── Data ──

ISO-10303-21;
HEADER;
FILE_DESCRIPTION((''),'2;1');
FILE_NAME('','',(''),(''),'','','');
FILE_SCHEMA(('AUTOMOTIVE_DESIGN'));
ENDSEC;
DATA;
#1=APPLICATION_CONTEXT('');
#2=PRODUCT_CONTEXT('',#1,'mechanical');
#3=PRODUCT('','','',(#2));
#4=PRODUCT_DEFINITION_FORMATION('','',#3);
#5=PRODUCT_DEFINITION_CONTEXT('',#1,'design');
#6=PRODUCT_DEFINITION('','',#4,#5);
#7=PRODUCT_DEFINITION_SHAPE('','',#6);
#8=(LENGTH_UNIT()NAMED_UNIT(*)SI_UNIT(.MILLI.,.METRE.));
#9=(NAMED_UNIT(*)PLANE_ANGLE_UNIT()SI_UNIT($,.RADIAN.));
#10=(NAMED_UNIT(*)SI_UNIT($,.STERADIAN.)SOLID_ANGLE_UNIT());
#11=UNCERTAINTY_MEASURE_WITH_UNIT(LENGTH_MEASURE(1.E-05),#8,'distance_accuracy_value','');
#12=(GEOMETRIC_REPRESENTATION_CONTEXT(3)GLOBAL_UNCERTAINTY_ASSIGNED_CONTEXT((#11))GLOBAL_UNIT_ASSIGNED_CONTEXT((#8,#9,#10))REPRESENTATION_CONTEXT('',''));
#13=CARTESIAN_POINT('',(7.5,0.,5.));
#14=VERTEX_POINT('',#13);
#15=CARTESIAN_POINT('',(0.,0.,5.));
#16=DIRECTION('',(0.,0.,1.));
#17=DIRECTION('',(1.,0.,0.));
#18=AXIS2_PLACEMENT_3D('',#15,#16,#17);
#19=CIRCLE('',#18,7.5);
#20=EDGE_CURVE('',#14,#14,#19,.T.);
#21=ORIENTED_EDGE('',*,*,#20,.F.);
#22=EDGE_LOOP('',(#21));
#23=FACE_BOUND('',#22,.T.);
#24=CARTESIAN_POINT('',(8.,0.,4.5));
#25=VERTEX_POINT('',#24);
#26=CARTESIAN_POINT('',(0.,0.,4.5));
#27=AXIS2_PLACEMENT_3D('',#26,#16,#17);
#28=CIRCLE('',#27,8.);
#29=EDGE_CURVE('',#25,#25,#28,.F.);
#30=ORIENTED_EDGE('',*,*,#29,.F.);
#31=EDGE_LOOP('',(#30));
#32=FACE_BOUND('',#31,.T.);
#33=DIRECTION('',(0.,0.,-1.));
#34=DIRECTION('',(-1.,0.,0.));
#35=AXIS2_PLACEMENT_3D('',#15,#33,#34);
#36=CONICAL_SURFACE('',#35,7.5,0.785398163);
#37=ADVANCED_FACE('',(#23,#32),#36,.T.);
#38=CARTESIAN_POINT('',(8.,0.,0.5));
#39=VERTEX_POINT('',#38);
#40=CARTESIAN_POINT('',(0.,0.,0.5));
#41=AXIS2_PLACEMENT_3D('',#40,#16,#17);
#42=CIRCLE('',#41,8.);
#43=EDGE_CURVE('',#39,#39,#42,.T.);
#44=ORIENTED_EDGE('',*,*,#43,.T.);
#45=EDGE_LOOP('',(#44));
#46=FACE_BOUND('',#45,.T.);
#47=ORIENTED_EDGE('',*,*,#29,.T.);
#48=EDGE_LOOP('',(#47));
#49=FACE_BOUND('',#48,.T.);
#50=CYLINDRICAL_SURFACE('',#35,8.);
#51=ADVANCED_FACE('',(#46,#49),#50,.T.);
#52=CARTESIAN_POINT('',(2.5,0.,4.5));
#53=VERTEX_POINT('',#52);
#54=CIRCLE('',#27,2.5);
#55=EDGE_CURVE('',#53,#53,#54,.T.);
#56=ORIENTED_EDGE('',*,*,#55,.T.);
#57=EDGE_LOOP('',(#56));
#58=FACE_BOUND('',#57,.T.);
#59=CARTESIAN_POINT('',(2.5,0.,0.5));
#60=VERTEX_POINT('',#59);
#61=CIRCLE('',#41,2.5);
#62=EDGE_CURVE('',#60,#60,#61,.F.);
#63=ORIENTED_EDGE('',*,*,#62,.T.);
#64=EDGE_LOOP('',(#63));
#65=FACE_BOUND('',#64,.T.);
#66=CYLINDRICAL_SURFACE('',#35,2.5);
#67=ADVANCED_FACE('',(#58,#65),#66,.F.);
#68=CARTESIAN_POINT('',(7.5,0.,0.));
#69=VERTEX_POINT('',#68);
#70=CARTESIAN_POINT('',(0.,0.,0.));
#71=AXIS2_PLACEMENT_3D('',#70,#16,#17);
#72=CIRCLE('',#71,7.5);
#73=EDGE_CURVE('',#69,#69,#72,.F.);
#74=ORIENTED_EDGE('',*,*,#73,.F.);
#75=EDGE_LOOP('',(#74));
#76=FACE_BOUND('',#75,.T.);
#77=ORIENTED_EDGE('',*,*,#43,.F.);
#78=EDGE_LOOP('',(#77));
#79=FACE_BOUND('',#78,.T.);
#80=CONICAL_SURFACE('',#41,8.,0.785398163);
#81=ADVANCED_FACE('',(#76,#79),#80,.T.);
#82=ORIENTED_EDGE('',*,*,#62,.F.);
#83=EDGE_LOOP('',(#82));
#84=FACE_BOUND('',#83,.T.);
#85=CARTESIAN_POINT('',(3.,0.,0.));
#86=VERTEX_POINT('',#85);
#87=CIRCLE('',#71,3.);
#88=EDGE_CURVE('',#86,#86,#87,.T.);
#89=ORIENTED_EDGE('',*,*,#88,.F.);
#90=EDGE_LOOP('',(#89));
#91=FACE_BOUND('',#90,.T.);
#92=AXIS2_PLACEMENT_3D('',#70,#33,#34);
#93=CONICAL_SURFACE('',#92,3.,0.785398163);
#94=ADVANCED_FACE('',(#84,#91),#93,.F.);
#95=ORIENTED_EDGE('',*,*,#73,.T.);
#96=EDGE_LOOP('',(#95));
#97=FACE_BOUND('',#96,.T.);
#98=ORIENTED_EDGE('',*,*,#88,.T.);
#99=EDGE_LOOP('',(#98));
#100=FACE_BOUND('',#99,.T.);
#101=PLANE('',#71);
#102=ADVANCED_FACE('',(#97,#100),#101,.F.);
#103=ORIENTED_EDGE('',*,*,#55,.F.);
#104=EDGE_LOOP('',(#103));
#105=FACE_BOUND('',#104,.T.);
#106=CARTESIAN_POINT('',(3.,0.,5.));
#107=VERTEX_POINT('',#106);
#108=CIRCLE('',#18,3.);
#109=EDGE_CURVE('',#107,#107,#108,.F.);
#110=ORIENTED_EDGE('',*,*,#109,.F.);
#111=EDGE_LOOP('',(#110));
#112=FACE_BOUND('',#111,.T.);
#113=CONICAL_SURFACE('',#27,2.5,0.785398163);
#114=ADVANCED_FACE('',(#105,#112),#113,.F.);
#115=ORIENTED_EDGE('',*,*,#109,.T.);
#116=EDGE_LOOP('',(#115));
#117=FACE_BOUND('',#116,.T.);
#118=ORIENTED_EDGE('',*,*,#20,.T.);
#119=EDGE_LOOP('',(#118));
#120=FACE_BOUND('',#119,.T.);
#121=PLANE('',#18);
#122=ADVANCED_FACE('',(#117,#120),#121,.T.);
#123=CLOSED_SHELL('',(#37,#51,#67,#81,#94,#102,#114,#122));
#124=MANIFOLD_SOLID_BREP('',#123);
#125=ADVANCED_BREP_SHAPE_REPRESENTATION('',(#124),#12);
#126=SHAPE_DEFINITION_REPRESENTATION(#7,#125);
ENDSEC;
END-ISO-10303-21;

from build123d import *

# Parameters (mm, degrees)
ESQUISSE1_R        = 8
ESQUISSE1_R_2      = 2.5
BOSS_EXTRU_1_DEPTH = 5
CHANFREIN1_SIZE    = 0.5


with BuildPart() as part:
    # Esquisse1 → Boss.-Extru.1 (new body)
    with BuildSketch(Plane.XY):
        Circle(ESQUISSE1_R)
        Circle(ESQUISSE1_R_2, mode=Mode.SUBTRACT)
    extrude(amount=BOSS_EXTRU_1_DEPTH)

    # Chanfrein1
    chanfrein1_edges = [part.edges().sort_by_distance(p)[0] for p in [
        (-8, 0, 0),
        (-8, 0, 5),
        (-2.5, 0, 0),
        (-2.5, 0, 5),
    ]]
    chamfer(chanfrein1_edges, length=CHANFREIN1_SIZE)


solid = part.part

───

▸ Exercise instructions
Set down exactly the lines of the data above, beginning with the line that has "#19=CIRCLE('',#18,7.5);" and ending with the line that has "#41=AXIS2_PLACEMENT_3D('',#40,#16,#17);", and no others.

▸ Result of this exercise
#19=CIRCLE('',#18,7.5);
#20=EDGE_CURVE('',#14,#14,#19,.T.);
#21=ORIENTED_EDGE('',*,*,#20,.F.);
#22=EDGE_LOOP('',(#21));
#23=FACE_BOUND('',#22,.T.);
#24=CARTESIAN_POINT('',(8.,0.,4.5));
#25=VERTEX_POINT('',#24);
#26=CARTESIAN_POINT('',(0.,0.,4.5));
#27=AXIS2_PLACEMENT_3D('',#26,#16,#17);
#28=CIRCLE('',#27,8.);
#29=EDGE_CURVE('',#25,#25,#28,.F.);
#30=ORIENTED_EDGE('',*,*,#29,.F.);
#31=EDGE_LOOP('',(#30));
#32=FACE_BOUND('',#31,.T.);
#33=DIRECTION('',(0.,0.,-1.));
#34=DIRECTION('',(-1.,0.,0.));
#35=AXIS2_PLACEMENT_3D('',#15,#33,#34);
#36=CONICAL_SURFACE('',#35,7.5,0.785398163);
#37=ADVANCED_FACE('',(#23,#32),#36,.T.);
#38=CARTESIAN_POINT('',(8.,0.,0.5));
#39=VERTEX_POINT('',#38);
#40=CARTESIAN_POINT('',(0.,0.,0.5));
#41=AXIS2_PLACEMENT_3D('',#40,#16,#17);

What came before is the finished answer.